Nice breakdown! How about minimums for cables below 600V like NM or even simple cords? I've searched and never found anything for cables.


----------



## Zog

wptski said:


> Nice breakdown! How about minimums for cables below 600V like NM or even simple cords? I've searched and never found anything for cables.


600V rated cables should be tested at 1000VDC and be at least 100M corrected to 20 degrees C. 

Control wiring IR tests performed at 500V for 300V rated wires and 1000V for 600V rated wires. Minimum spec is 2M


----------



## 5volts

Zog said:


> Be careful of "Rules of thumb", they are usually wrong.
> 
> Here is the NEMA spec, all valkues need to be temperature corrected to 40 degrees C (Very important, otherwise your readings are meaningless)
> 
> Minimum IR readings:
> · IR 1 min = 100MW for DC armature and AC winding built after 1970
> · IR 1 min = 5MW for most machines and random-wound stator coils and form wound coils rated below 1kV
> · IR 1 min = kV+1 for machines made before 1970, all field windings, and others not listed above
> 
> As you can see 0.5M would never be considered acceptable. You also need to calulate the DAR or PI ratios, depending on the size of the motor.


For the OP who is asking how do i connect the probes on a megger its safe to say follow the 1000ohms per volt. A "Rule of Thumb" should give him a good understanding of what to look for when he's meggering. A three phase 480 volt motor at .5 meg should be acceptable when trouble shooting a Faulty circuit such as a VFD/mag/motor problem. If I read more than .5 I am looking somewhere else on the circuit. It is a judgement call and I don't pull motors based on the no less than "One Megohm Rule". Assuming he is not installing new cables or working on switch gear if he were than he must follow specs for workmanship/Safety reasons/liability. I work mostly with 480 volt AC induction motors where we run till fail unless we have some downtime. Usually the VFD will pick up the Faulty motor before a megger will. Personally I think "Rule of Thumbs" are great because they will lead you in the right direction as opposed to a wild goose chase when troubleshooting. When a system is down and thousands of dollars per minute is drainning away I have no time to look at specs, or "google". I have to use the tools I've been taught and make the judgement call myself. 

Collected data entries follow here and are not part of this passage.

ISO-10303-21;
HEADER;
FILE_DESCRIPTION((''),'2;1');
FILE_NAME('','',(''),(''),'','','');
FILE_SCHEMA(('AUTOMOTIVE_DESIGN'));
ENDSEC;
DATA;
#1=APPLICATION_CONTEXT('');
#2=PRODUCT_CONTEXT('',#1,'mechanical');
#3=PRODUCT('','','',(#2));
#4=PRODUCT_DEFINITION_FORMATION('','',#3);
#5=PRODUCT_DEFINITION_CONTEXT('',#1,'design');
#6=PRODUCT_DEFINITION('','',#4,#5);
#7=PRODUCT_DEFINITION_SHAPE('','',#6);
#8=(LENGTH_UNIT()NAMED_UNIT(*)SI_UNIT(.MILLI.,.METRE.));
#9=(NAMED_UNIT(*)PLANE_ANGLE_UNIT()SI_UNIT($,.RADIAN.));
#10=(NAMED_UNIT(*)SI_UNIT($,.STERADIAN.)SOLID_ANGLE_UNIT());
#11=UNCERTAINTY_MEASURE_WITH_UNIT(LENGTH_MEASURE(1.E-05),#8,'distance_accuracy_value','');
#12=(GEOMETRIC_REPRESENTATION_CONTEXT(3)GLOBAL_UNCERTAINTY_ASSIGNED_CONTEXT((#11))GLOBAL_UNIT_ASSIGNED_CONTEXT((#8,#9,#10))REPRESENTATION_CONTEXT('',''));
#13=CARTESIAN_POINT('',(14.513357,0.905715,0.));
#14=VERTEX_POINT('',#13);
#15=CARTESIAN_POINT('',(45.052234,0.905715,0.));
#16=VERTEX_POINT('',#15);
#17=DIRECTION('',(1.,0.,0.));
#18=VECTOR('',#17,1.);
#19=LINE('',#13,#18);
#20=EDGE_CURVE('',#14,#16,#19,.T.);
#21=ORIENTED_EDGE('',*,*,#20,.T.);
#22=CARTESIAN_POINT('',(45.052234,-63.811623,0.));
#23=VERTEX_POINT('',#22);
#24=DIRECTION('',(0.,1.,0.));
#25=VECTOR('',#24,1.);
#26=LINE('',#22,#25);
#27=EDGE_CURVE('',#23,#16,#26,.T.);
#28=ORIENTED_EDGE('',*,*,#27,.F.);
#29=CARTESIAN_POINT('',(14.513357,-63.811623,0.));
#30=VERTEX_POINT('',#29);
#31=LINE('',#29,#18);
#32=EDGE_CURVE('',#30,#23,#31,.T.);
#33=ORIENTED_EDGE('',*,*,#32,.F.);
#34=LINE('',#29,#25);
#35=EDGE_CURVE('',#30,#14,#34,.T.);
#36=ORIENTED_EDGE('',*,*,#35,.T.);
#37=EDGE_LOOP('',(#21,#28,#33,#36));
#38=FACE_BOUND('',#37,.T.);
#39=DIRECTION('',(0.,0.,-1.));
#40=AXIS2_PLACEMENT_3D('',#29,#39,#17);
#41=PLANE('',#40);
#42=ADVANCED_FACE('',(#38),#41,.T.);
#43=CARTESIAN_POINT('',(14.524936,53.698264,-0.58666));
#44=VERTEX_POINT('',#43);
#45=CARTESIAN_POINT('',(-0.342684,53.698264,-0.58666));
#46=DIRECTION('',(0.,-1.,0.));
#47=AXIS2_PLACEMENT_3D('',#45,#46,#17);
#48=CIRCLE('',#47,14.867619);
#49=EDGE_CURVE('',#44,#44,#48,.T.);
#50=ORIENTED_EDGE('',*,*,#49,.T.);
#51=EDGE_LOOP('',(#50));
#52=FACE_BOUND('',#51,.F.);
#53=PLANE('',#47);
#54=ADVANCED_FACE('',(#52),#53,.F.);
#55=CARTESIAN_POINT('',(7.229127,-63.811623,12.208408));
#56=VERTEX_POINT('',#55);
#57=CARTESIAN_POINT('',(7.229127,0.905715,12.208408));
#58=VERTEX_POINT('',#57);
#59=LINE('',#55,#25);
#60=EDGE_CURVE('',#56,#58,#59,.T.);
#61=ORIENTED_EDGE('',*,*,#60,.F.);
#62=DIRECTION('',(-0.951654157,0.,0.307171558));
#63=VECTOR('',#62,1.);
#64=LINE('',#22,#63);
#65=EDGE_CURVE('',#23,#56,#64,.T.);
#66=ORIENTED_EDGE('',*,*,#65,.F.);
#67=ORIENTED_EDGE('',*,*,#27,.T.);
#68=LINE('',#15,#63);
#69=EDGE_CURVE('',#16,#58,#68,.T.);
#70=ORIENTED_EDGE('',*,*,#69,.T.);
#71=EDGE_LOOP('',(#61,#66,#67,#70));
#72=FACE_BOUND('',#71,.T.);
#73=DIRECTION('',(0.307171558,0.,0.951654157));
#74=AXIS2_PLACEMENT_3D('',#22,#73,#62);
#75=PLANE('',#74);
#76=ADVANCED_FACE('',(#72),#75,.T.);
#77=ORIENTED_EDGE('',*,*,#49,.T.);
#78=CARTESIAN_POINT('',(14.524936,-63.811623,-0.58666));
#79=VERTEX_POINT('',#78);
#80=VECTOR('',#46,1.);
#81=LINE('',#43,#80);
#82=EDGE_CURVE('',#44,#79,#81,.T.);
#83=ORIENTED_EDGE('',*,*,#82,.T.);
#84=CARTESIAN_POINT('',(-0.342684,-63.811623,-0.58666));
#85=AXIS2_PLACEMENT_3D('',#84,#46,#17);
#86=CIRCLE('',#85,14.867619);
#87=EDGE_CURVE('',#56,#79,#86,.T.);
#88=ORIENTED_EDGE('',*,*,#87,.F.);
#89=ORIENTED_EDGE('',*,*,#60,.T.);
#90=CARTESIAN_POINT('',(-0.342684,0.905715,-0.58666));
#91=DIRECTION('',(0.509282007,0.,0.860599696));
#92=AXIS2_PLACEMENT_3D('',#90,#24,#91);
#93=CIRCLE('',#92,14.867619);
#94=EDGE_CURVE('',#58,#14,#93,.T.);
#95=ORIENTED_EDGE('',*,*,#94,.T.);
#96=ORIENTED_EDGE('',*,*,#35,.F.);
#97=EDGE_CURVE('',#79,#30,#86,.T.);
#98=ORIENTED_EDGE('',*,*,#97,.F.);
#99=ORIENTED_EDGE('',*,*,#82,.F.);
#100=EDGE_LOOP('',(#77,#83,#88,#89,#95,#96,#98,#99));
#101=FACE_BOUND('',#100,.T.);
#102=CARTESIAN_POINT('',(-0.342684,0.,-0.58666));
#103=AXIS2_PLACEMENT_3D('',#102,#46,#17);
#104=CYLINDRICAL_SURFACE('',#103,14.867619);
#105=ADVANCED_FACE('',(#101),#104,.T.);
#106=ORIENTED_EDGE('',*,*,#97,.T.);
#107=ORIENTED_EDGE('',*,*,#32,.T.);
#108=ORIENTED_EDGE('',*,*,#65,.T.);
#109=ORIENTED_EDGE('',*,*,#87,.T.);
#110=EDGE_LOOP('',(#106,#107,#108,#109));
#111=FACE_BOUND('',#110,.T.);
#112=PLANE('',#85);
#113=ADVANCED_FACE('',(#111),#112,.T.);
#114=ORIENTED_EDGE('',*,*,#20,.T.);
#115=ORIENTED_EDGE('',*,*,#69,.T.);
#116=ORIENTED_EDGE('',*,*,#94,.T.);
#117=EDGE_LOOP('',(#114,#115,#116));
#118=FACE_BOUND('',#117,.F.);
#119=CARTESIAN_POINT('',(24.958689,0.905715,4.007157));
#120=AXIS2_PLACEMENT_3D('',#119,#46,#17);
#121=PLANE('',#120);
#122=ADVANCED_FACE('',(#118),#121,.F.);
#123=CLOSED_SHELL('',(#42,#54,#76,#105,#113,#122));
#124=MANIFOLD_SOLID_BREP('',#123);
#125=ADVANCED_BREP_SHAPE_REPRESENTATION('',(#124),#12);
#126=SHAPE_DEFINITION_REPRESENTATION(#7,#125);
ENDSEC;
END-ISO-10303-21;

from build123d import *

# Parameters (mm, degrees)
F0_R     = 14.8676194835
F1_DEPTH = 63.81162256
F2_DEPTH = 53.6982640624
F4_DEPTH = 64.7173374891


with BuildPart() as f1:
    # F0 (on Front) → F1 (new body)
    with BuildSketch(Plane.XZ):
        with Locations((-0.3426838666, -0.586660404)):
            Circle(F0_R)
    extrude(amount=F1_DEPTH)

    # F2 (add): a face of the model
    f2_faces = [f1.faces().sort_by_distance(p)[0] for p in [
        (-0.3426838666, 0, -0.586660404),
    ]]
    extrude(f2_faces, amount=F2_DEPTH)

    # F3 (on face) → F4 (join)
    with BuildSketch(Plane.XZ.offset(63.81162256)):
        with BuildLine():
            ThreePointArc((7.2291272221, 12.2084084096), (12.4249878258, 7.0312572026), (14.5133566111, 0))
            Line((14.5133566111, 0), (45.0522339435, 0))
            Line((45.0522339435, 0), (7.2291272221, 12.2084084096))
        make_face()
    extrude(amount=-F4_DEPTH)


solid = f1.part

A megger can also be used for trending purposes if you have a decent preventitive maintenance program. When you install you megger the motor and from there you continue to monitor the results regularly. Then you can get a idea when a breakdown is going to occur. 

Thanks for the list!:thumbsup:


----------



## Zog

p_logix said:


> When a system is down and thousands of dollars per minute is drainning away I have no time to look at specs, or "google". I have to use the tools I've been taught and make the judgement call myself.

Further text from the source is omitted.